* RECORDS FOR PROCESSING
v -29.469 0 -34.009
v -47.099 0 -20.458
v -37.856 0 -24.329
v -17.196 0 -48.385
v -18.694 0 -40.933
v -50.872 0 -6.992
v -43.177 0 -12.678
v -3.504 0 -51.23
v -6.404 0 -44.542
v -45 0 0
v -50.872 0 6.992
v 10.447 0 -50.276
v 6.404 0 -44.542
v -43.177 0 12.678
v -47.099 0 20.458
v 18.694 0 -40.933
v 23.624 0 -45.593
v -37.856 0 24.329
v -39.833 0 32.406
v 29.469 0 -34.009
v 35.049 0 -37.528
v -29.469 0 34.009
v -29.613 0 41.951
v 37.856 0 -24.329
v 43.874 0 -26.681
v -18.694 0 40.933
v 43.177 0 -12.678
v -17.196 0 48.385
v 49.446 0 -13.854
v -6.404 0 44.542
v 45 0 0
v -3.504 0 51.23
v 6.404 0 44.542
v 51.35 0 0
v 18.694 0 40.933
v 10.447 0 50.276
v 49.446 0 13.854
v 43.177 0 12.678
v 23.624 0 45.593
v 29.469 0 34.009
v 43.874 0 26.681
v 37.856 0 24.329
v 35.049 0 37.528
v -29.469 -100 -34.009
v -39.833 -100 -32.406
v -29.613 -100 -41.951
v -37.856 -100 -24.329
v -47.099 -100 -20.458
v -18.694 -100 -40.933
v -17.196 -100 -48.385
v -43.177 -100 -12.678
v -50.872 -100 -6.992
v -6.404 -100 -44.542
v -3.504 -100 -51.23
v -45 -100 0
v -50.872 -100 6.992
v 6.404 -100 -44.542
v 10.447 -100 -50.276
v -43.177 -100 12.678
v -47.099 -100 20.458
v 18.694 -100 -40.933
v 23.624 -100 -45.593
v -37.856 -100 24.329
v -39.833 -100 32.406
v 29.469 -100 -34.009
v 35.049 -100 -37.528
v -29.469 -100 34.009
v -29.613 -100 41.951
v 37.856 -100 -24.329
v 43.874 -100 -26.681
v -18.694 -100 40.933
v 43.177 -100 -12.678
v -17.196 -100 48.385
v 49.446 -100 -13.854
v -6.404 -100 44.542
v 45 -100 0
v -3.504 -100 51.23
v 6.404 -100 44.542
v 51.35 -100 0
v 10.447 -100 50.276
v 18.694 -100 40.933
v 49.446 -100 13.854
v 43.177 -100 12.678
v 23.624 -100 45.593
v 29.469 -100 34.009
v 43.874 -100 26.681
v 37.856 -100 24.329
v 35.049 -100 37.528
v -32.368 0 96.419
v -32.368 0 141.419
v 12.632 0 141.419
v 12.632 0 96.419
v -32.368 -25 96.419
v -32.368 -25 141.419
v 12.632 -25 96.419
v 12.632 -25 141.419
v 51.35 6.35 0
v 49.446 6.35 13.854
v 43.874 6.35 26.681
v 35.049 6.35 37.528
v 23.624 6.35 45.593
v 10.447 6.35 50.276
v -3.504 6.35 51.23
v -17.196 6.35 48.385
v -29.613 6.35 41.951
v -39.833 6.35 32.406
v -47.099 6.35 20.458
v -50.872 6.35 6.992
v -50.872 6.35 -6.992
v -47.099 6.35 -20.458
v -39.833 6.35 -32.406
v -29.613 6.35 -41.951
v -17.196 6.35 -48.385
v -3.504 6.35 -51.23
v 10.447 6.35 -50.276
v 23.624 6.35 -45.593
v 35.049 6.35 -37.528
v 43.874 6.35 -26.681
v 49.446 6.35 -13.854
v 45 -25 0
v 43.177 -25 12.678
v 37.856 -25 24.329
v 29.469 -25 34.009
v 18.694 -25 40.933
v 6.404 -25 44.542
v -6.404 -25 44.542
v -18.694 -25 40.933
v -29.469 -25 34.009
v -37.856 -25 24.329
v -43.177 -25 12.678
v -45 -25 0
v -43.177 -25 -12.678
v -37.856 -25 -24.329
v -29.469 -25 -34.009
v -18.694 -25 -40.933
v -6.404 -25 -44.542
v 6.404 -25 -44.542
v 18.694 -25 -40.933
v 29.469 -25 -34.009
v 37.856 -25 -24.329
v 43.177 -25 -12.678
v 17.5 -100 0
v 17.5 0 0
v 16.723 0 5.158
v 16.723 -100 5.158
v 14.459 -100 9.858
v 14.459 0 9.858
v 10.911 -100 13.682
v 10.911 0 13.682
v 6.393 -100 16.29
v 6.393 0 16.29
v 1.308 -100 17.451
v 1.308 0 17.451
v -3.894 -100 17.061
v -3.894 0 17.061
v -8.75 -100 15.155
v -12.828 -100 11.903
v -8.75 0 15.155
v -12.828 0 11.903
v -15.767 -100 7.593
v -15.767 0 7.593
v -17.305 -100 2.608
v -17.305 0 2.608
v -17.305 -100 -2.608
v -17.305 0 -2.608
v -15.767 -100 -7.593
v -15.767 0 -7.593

* ASSIGNMENT
Set down the whole listing exactly.

* RESPONSE AREA
v -29.469 0 -34.009
v -47.099 0 -20.458
v -37.856 0 -24.329
v -17.196 0 -48.385
v -18.694 0 -40.933
v -50.872 0 -6.992
v -43.177 0 -12.678
v -3.504 0 -51.23
v -6.404 0 -44.542
v -45 0 0
v -50.872 0 6.992
v 10.447 0 -50.276
v 6.404 0 -44.542
v -43.177 0 12.678
v -47.099 0 20.458
v 18.694 0 -40.933
v 23.624 0 -45.593
v -37.856 0 24.329
v -39.833 0 32.406
v 29.469 0 -34.009
v 35.049 0 -37.528
v -29.469 0 34.009
v -29.613 0 41.951
v 37.856 0 -24.329
v 43.874 0 -26.681
v -18.694 0 40.933
v 43.177 0 -12.678
v -17.196 0 48.385
v 49.446 0 -13.854
v -6.404 0 44.542
v 45 0 0
v -3.504 0 51.23
v 6.404 0 44.542
v 51.35 0 0
v 18.694 0 40.933
v 10.447 0 50.276
v 49.446 0 13.854
v 43.177 0 12.678
v 23.624 0 45.593
v 29.469 0 34.009
v 43.874 0 26.681
v 37.856 0 24.329
v 35.049 0 37.528
v -29.469 -100 -34.009
v -39.833 -100 -32.406
v -29.613 -100 -41.951
v -37.856 -100 -24.329
v -47.099 -100 -20.458
v -18.694 -100 -40.933
v -17.196 -100 -48.385
v -43.177 -100 -12.678
v -50.872 -100 -6.992
v -6.404 -100 -44.542
v -3.504 -100 -51.23
v -45 -100 0
v -50.872 -100 6.992
v 6.404 -100 -44.542
v 10.447 -100 -50.276
v -43.177 -100 12.678
v -47.099 -100 20.458
v 18.694 -100 -40.933
v 23.624 -100 -45.593
v -37.856 -100 24.329
v -39.833 -100 32.406
v 29.469 -100 -34.009
v 35.049 -100 -37.528
v -29.469 -100 34.009
v -29.613 -100 41.951
v 37.856 -100 -24.329
v 43.874 -100 -26.681
v -18.694 -100 40.933
v 43.177 -100 -12.678
v -17.196 -100 48.385
v 49.446 -100 -13.854
v -6.404 -100 44.542
v 45 -100 0
v -3.504 -100 51.23
v 6.404 -100 44.542
v 51.35 -100 0
v 10.447 -100 50.276
v 18.694 -100 40.933
v 49.446 -100 13.854
v 43.177 -100 12.678
v 23.624 -100 45.593
v 29.469 -100 34.009
v 43.874 -100 26.681
v 37.856 -100 24.329
v 35.049 -100 37.528
v -32.368 0 96.419
v -32.368 0 141.419
v 12.632 0 141.419
v 12.632 0 96.419
v -32.368 -25 96.419
v -32.368 -25 141.419
v 12.632 -25 96.419
v 12.632 -25 141.419
v 51.35 6.35 0
v 49.446 6.35 13.854
v 43.874 6.35 26.681
v 35.049 6.35 37.528
v 23.624 6.35 45.593
v 10.447 6.35 50.276
v -3.504 6.35 51.23
v -17.196 6.35 48.385
v -29.613 6.35 41.951
v -39.833 6.35 32.406
v -47.099 6.35 20.458
v -50.872 6.35 6.992
v -50.872 6.35 -6.992
v -47.099 6.35 -20.458
v -39.833 6.35 -32.406
v -29.613 6.35 -41.951
v -17.196 6.35 -48.385
v -3.504 6.35 -51.23
v 10.447 6.35 -50.276
v 23.624 6.35 -45.593
v 35.049 6.35 -37.528
v 43.874 6.35 -26.681
v 49.446 6.35 -13.854
v 45 -25 0
v 43.177 -25 12.678
v 37.856 -25 24.329
v 29.469 -25 34.009
v 18.694 -25 40.933
v 6.404 -25 44.542
v -6.404 -25 44.542
v -18.694 -25 40.933
v -29.469 -25 34.009
v -37.856 -25 24.329
v -43.177 -25 12.678
v -45 -25 0
v -43.177 -25 -12.678
v -37.856 -25 -24.329
v -29.469 -25 -34.009
v -18.694 -25 -40.933
v -6.404 -25 -44.542
v 6.404 -25 -44.542
v 18.694 -25 -40.933
v 29.469 -25 -34.009
v 37.856 -25 -24.329
v 43.177 -25 -12.678
v 17.5 -100 0
v 17.5 0 0
v 16.723 0 5.158
v 16.723 -100 5.158
v 14.459 -100 9.858
v 14.459 0 9.858
v 10.911 -100 13.682
v 10.911 0 13.682
v 6.393 -100 16.29
v 6.393 0 16.29
v 1.308 -100 17.451
v 1.308 0 17.451
v -3.894 -100 17.061
v -3.894 0 17.061
v -8.75 -100 15.155
v -12.828 -100 11.903
v -8.75 0 15.155
v -12.828 0 11.903
v -15.767 -100 7.593
v -15.767 0 7.593
v -17.305 -100 2.608
v -17.305 0 2.608
v -17.305 -100 -2.608
v -17.305 0 -2.608
v -15.767 -100 -7.593
v -15.767 0 -7.593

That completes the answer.